▸ **Supplied material**:
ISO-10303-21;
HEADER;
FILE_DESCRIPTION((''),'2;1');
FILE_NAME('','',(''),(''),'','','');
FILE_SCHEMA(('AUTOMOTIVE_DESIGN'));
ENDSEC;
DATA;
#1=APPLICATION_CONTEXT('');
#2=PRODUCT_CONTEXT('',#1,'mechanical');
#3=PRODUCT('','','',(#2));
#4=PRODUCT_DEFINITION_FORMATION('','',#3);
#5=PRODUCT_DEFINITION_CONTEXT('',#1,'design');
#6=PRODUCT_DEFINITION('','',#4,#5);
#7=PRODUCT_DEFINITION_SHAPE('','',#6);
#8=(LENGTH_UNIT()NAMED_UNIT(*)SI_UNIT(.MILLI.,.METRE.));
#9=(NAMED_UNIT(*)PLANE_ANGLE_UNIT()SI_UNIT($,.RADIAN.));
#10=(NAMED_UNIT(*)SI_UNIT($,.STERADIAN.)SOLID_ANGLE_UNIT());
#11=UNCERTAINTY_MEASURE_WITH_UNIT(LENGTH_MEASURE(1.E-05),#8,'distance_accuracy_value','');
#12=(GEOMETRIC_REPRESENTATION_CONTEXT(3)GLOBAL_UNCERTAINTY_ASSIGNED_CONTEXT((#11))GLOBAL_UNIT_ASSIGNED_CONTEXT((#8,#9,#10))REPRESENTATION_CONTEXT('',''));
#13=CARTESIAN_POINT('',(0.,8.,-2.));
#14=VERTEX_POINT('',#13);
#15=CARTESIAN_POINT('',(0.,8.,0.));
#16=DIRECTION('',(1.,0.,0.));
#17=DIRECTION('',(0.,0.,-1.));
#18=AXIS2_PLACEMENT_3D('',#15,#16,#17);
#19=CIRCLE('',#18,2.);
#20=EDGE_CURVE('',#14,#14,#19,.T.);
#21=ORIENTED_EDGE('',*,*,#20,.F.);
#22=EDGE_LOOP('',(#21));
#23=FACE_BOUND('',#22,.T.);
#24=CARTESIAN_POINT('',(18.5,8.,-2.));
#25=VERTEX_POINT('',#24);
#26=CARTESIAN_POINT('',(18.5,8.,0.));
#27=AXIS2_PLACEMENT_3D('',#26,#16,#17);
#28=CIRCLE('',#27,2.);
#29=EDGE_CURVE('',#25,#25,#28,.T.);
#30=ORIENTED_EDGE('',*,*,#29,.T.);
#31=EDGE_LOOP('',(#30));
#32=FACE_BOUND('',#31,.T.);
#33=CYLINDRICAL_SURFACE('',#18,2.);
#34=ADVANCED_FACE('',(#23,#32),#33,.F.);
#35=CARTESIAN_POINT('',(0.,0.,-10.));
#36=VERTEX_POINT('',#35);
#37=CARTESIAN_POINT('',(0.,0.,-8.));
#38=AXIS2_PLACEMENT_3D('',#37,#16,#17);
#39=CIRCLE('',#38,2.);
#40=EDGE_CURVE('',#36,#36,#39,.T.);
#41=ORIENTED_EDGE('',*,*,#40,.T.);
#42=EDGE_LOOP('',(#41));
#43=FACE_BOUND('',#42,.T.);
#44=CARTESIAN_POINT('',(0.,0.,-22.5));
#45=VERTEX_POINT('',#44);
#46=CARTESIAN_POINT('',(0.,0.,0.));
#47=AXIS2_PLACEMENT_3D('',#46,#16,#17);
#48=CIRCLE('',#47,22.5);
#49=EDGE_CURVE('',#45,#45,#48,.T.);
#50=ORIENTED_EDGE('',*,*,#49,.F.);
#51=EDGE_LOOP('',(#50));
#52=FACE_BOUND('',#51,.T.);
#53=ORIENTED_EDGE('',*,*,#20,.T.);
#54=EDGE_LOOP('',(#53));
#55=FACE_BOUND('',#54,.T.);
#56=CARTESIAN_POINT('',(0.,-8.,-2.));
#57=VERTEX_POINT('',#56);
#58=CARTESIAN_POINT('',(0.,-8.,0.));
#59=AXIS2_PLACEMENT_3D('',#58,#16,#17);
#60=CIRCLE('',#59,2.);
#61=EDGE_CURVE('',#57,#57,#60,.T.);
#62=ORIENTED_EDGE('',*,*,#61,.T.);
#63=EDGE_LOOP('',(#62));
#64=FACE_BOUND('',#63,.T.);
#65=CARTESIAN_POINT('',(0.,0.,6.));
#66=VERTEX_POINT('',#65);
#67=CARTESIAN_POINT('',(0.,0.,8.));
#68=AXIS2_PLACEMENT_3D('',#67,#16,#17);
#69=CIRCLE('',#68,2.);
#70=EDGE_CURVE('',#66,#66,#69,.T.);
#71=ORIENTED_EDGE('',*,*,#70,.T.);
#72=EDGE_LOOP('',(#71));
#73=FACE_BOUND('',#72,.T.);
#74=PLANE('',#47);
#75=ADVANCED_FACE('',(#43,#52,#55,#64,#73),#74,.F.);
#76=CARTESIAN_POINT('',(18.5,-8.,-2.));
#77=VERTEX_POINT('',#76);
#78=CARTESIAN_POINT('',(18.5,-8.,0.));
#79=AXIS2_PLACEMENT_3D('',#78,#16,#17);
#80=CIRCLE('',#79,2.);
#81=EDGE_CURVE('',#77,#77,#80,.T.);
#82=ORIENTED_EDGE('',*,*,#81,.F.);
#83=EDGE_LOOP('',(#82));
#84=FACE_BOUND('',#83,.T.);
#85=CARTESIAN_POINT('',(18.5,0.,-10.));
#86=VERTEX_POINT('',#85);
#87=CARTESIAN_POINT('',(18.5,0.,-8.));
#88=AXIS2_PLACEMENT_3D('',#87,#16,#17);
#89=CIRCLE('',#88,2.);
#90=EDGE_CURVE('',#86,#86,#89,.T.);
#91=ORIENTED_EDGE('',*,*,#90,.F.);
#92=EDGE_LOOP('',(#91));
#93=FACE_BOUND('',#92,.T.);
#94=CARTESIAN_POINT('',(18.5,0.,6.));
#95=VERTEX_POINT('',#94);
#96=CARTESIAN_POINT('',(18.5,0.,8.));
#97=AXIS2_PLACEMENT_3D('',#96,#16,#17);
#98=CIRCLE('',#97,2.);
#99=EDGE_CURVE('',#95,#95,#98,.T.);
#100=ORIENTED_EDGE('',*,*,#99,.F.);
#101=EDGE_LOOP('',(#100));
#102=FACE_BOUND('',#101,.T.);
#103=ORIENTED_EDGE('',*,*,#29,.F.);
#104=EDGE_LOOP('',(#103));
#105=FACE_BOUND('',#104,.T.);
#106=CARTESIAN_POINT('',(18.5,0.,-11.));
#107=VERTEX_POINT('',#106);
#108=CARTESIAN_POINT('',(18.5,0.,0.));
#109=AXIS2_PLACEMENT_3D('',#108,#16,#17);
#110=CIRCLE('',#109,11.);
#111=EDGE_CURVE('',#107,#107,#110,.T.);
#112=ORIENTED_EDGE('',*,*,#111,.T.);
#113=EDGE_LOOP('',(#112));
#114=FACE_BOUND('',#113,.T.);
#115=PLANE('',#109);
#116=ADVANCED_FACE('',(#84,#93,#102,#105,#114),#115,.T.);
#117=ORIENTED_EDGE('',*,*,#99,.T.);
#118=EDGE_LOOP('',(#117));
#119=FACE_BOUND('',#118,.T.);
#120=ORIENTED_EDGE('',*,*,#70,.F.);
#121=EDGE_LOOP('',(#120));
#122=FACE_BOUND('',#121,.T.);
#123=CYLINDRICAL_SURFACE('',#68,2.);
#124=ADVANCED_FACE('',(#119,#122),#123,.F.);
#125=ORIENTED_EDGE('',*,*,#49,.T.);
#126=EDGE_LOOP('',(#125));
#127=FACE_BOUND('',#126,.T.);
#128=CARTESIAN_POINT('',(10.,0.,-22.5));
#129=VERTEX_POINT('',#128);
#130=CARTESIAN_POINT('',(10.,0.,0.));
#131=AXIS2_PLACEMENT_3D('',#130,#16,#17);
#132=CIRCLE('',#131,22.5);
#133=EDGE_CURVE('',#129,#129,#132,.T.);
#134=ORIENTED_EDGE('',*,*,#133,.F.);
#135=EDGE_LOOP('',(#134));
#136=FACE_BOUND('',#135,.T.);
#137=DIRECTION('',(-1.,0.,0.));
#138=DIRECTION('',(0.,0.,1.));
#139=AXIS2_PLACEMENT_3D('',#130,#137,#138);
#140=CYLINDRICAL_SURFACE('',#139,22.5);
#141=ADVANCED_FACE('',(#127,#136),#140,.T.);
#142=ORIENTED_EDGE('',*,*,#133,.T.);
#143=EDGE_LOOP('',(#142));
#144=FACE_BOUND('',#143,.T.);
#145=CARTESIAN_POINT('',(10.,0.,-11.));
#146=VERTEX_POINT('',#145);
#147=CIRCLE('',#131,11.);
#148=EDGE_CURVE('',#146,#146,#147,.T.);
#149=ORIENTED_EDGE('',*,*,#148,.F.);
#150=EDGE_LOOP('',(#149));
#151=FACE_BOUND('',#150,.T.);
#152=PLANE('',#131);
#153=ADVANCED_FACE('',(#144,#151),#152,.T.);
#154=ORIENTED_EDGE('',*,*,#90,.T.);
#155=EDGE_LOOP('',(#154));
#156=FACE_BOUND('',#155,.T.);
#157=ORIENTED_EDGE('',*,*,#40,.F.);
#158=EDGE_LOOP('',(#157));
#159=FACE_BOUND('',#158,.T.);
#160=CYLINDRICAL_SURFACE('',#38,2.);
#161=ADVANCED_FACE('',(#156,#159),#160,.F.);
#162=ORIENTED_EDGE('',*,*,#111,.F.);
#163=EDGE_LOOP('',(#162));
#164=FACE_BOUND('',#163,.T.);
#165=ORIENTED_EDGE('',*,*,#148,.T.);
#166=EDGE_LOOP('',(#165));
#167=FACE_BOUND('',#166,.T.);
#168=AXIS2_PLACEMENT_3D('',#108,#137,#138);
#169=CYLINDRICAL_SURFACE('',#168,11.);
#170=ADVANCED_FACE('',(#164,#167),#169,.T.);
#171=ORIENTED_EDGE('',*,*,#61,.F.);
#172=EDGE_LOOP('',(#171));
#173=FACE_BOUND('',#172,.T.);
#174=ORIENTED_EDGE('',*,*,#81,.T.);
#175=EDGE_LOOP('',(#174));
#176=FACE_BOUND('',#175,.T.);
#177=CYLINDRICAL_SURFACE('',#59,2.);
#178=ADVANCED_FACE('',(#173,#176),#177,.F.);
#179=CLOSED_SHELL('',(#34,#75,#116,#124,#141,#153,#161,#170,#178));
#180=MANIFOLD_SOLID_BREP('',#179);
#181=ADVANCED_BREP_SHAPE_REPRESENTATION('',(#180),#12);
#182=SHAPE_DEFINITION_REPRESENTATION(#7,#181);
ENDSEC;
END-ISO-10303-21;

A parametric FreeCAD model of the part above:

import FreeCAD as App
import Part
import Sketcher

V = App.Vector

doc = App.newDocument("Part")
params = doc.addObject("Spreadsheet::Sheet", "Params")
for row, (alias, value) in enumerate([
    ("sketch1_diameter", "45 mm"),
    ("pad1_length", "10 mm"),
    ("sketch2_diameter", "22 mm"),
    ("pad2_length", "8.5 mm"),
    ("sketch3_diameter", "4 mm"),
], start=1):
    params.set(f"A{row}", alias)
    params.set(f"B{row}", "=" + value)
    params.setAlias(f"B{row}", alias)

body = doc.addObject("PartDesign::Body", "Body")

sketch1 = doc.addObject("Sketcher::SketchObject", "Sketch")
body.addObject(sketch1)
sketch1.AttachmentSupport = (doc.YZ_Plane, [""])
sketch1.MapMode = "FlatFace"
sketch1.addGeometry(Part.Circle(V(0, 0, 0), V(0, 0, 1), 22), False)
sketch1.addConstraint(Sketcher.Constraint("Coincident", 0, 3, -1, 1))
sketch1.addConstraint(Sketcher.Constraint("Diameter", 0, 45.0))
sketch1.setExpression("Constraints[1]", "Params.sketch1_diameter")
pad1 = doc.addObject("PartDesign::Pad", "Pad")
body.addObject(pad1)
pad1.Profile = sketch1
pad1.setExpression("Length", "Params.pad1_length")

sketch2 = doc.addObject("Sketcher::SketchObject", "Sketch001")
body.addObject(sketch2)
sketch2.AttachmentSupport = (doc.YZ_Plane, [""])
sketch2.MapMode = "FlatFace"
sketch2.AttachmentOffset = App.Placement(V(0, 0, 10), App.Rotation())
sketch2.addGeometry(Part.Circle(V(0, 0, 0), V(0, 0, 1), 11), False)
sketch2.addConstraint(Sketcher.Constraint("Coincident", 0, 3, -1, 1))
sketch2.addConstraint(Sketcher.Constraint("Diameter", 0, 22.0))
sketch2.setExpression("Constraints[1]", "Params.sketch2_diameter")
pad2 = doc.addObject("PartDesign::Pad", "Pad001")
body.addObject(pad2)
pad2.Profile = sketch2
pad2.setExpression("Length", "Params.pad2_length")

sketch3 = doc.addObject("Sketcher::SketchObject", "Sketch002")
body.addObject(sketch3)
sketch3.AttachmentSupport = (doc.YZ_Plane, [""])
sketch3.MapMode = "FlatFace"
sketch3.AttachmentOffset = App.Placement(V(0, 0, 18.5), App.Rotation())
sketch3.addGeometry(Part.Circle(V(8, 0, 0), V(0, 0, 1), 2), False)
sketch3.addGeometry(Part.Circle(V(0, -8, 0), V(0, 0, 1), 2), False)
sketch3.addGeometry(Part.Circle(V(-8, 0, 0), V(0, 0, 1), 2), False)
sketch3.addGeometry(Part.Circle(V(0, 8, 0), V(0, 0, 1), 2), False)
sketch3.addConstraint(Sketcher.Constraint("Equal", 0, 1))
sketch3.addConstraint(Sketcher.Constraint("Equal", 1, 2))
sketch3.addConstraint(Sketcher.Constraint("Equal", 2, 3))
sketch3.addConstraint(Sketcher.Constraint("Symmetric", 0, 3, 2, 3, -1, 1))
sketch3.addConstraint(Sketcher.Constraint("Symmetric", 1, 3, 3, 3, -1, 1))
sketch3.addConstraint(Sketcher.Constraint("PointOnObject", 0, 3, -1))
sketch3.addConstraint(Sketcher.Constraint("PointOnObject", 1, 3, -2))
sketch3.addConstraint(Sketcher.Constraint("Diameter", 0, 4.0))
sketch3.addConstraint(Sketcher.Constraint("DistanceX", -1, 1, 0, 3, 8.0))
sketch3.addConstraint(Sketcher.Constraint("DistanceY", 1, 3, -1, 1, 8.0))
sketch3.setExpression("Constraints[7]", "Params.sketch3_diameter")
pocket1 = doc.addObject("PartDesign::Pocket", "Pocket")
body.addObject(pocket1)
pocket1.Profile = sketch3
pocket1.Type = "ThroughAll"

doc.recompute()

* * *

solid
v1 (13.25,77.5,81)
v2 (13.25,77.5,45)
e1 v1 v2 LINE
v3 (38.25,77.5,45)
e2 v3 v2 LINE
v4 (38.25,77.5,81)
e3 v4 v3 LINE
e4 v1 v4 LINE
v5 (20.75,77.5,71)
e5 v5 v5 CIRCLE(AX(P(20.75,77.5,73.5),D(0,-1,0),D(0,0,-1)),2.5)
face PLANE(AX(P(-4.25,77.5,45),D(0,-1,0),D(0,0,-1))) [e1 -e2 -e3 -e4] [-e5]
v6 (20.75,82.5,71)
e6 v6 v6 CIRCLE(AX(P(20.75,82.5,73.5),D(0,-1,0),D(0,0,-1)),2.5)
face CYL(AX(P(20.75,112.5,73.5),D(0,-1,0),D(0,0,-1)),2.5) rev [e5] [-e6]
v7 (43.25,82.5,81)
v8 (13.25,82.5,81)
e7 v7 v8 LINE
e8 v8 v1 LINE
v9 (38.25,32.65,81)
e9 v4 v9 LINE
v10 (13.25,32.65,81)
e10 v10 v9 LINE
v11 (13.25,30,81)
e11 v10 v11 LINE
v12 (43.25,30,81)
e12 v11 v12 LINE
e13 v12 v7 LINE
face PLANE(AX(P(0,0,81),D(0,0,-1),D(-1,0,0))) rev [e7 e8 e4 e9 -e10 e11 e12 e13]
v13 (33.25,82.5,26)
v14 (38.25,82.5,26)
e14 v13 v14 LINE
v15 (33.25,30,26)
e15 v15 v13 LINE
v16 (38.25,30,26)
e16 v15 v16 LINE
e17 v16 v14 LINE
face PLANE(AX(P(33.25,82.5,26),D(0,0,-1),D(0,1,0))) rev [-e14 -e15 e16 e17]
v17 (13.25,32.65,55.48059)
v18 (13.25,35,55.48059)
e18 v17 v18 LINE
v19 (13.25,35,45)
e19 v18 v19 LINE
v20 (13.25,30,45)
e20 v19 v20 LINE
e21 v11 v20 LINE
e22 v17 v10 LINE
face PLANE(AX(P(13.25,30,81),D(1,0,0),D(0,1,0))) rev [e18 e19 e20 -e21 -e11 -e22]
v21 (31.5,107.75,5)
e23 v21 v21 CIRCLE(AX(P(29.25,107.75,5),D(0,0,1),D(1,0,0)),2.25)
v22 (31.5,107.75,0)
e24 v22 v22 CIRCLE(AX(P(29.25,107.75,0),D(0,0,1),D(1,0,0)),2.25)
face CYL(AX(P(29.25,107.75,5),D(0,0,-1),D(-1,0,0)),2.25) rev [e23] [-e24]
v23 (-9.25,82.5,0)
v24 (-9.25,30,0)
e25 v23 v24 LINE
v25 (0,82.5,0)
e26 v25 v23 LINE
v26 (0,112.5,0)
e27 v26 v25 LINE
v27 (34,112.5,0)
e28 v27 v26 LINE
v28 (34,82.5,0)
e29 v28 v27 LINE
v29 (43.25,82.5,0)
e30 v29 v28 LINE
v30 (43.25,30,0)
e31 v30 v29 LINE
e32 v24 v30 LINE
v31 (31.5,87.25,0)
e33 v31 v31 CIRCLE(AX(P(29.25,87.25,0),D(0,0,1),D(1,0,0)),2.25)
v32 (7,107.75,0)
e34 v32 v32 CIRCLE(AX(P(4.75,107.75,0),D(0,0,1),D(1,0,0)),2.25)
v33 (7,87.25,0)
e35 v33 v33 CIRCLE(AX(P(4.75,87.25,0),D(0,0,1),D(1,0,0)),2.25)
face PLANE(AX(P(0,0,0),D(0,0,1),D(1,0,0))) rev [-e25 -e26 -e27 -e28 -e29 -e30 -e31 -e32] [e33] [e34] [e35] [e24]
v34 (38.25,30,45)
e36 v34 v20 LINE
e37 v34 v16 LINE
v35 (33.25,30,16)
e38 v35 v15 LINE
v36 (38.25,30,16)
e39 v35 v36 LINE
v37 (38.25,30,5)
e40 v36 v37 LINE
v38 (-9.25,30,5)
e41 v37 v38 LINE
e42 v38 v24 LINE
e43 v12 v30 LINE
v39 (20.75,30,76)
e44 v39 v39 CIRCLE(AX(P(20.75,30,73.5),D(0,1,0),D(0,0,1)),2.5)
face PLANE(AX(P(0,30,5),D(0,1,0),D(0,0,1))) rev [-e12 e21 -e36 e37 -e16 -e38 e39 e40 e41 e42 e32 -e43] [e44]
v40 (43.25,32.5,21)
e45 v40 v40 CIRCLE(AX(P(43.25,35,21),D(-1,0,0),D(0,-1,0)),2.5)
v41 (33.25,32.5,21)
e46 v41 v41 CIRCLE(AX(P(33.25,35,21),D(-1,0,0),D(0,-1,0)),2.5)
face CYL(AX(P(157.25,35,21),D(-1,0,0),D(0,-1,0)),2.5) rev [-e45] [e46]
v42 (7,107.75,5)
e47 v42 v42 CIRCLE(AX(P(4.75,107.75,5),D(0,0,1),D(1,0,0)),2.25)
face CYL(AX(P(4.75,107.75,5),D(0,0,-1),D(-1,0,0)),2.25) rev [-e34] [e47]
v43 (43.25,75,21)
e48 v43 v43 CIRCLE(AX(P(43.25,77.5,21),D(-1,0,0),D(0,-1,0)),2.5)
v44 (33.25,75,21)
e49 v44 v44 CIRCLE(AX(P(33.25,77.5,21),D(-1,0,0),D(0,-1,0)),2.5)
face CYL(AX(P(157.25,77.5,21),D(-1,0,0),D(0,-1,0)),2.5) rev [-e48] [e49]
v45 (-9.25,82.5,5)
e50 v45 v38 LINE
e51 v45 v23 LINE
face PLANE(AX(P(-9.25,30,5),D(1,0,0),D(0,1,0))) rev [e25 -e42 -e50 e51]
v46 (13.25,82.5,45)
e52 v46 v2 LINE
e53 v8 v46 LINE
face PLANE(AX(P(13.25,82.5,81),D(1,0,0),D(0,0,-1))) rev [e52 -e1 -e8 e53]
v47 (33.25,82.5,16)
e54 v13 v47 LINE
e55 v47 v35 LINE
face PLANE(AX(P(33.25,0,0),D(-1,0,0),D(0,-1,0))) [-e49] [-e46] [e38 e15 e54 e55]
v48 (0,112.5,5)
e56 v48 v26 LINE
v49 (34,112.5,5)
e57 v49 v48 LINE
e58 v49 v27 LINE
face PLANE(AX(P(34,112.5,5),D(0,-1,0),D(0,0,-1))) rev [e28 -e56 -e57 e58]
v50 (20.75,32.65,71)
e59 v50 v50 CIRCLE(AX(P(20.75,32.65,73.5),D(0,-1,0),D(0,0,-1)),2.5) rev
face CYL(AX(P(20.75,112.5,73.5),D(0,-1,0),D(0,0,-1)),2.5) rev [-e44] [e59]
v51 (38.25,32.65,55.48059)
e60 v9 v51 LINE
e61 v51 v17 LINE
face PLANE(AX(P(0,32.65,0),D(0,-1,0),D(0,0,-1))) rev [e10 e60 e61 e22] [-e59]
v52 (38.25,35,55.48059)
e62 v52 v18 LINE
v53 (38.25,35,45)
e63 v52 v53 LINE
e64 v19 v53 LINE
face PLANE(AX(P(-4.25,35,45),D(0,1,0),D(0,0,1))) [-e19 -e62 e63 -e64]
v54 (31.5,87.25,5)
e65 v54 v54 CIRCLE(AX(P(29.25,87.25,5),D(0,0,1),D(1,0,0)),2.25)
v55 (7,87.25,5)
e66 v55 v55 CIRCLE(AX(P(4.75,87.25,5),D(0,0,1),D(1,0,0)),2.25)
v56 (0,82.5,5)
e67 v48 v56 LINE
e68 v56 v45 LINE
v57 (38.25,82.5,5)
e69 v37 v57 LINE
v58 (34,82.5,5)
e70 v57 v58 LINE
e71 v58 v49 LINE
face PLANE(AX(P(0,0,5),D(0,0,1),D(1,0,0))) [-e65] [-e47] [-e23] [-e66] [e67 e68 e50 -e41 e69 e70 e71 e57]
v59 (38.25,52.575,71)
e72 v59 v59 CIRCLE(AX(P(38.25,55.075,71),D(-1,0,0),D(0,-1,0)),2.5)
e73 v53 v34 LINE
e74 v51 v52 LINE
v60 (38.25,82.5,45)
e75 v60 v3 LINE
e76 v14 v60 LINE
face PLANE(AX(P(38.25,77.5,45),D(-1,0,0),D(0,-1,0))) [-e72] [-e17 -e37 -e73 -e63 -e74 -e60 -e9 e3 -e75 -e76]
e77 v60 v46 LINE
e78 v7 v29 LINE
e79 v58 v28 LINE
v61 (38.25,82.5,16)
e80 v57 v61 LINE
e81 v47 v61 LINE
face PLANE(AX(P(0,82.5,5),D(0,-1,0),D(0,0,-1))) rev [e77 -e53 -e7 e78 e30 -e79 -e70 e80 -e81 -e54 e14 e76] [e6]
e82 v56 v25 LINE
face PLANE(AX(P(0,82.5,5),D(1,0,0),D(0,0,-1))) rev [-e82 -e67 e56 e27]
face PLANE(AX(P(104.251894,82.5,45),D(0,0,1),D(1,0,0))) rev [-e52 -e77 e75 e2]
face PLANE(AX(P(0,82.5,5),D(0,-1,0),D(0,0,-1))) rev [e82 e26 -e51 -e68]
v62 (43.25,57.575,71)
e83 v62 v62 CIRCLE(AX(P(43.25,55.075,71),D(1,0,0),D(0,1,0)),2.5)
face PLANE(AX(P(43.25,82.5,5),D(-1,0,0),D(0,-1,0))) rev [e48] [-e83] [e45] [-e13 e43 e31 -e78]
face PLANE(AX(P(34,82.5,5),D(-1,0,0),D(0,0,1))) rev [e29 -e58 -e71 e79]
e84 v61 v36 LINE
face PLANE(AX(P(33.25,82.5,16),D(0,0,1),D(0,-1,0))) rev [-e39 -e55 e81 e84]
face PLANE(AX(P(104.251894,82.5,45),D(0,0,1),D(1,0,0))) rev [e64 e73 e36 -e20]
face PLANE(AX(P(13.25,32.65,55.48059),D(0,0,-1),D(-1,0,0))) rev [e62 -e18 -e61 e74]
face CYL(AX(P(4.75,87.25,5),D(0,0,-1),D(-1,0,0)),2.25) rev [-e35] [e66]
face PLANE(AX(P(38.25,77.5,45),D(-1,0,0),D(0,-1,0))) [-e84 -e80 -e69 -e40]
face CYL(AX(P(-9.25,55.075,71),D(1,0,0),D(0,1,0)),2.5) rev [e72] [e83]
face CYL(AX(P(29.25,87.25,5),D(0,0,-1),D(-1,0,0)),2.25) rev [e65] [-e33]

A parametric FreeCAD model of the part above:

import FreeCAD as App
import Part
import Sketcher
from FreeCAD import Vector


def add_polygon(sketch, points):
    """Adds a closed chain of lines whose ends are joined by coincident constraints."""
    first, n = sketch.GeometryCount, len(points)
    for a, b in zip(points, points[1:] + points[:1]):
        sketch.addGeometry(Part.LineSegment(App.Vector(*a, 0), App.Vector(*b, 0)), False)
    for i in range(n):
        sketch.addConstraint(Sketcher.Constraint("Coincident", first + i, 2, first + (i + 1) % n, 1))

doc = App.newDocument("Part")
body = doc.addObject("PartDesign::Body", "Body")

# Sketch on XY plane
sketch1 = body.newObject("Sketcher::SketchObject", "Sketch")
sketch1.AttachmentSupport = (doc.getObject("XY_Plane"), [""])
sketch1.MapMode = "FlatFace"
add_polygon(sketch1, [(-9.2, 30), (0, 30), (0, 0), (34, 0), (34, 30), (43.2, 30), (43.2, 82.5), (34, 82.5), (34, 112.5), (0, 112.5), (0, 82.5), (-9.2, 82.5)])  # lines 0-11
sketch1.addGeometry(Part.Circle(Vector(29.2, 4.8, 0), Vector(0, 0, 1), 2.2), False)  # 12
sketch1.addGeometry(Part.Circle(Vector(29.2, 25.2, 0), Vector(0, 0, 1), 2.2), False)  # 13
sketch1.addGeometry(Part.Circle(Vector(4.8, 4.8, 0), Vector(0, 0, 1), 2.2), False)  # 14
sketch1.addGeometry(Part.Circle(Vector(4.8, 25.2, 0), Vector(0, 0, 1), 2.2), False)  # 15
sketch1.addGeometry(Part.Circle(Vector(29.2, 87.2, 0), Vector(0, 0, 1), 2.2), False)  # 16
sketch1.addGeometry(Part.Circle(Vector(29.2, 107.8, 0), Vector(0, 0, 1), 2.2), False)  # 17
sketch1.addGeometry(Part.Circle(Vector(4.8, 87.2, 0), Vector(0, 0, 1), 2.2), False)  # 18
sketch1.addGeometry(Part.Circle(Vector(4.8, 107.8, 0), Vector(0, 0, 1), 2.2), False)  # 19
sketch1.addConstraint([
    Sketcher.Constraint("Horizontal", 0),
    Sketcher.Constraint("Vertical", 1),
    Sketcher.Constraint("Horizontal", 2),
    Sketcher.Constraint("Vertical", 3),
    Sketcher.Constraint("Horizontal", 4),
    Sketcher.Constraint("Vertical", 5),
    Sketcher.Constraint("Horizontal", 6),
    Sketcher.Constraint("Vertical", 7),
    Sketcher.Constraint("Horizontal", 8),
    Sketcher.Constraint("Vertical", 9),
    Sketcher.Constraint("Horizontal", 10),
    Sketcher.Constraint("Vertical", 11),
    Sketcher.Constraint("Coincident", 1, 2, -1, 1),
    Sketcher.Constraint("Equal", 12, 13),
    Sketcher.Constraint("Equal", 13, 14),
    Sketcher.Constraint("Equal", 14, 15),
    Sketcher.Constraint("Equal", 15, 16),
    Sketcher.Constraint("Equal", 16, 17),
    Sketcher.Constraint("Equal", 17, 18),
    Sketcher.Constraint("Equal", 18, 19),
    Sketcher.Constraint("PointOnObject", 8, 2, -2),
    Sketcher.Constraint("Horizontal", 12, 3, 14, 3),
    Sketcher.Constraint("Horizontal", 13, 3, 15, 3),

▸ **Task objective**:
Lines wanted from the listing above: the line with "v25 (0,82.5,0)" up to and including the line with "e40 v36 v37 LINE". Please write them out exactly, adding nothing else.

▸ **Response box**:
v25 (0,82.5,0)
e26 v25 v23 LINE
v26 (0,112.5,0)
e27 v26 v25 LINE
v27 (34,112.5,0)
e28 v27 v26 LINE
v28 (34,82.5,0)
e29 v28 v27 LINE
v29 (43.25,82.5,0)
e30 v29 v28 LINE
v30 (43.25,30,0)
e31 v30 v29 LINE
e32 v24 v30 LINE
v31 (31.5,87.25,0)
e33 v31 v31 CIRCLE(AX(P(29.25,87.25,0),D(0,0,1),D(1,0,0)),2.25)
v32 (7,107.75,0)
e34 v32 v32 CIRCLE(AX(P(4.75,107.75,0),D(0,0,1),D(1,0,0)),2.25)
v33 (7,87.25,0)
e35 v33 v33 CIRCLE(AX(P(4.75,87.25,0),D(0,0,1),D(1,0,0)),2.25)
face PLANE(AX(P(0,0,0),D(0,0,1),D(1,0,0))) rev [-e25 -e26 -e27 -e28 -e29 -e30 -e31 -e32] [e33] [e34] [e35] [e24]
v34 (38.25,30,45)
e36 v34 v20 LINE
e37 v34 v16 LINE
v35 (33.25,30,16)
e38 v35 v15 LINE
v36 (38.25,30,16)
e39 v35 v36 LINE
v37 (38.25,30,5)
e40 v36 v37 LINE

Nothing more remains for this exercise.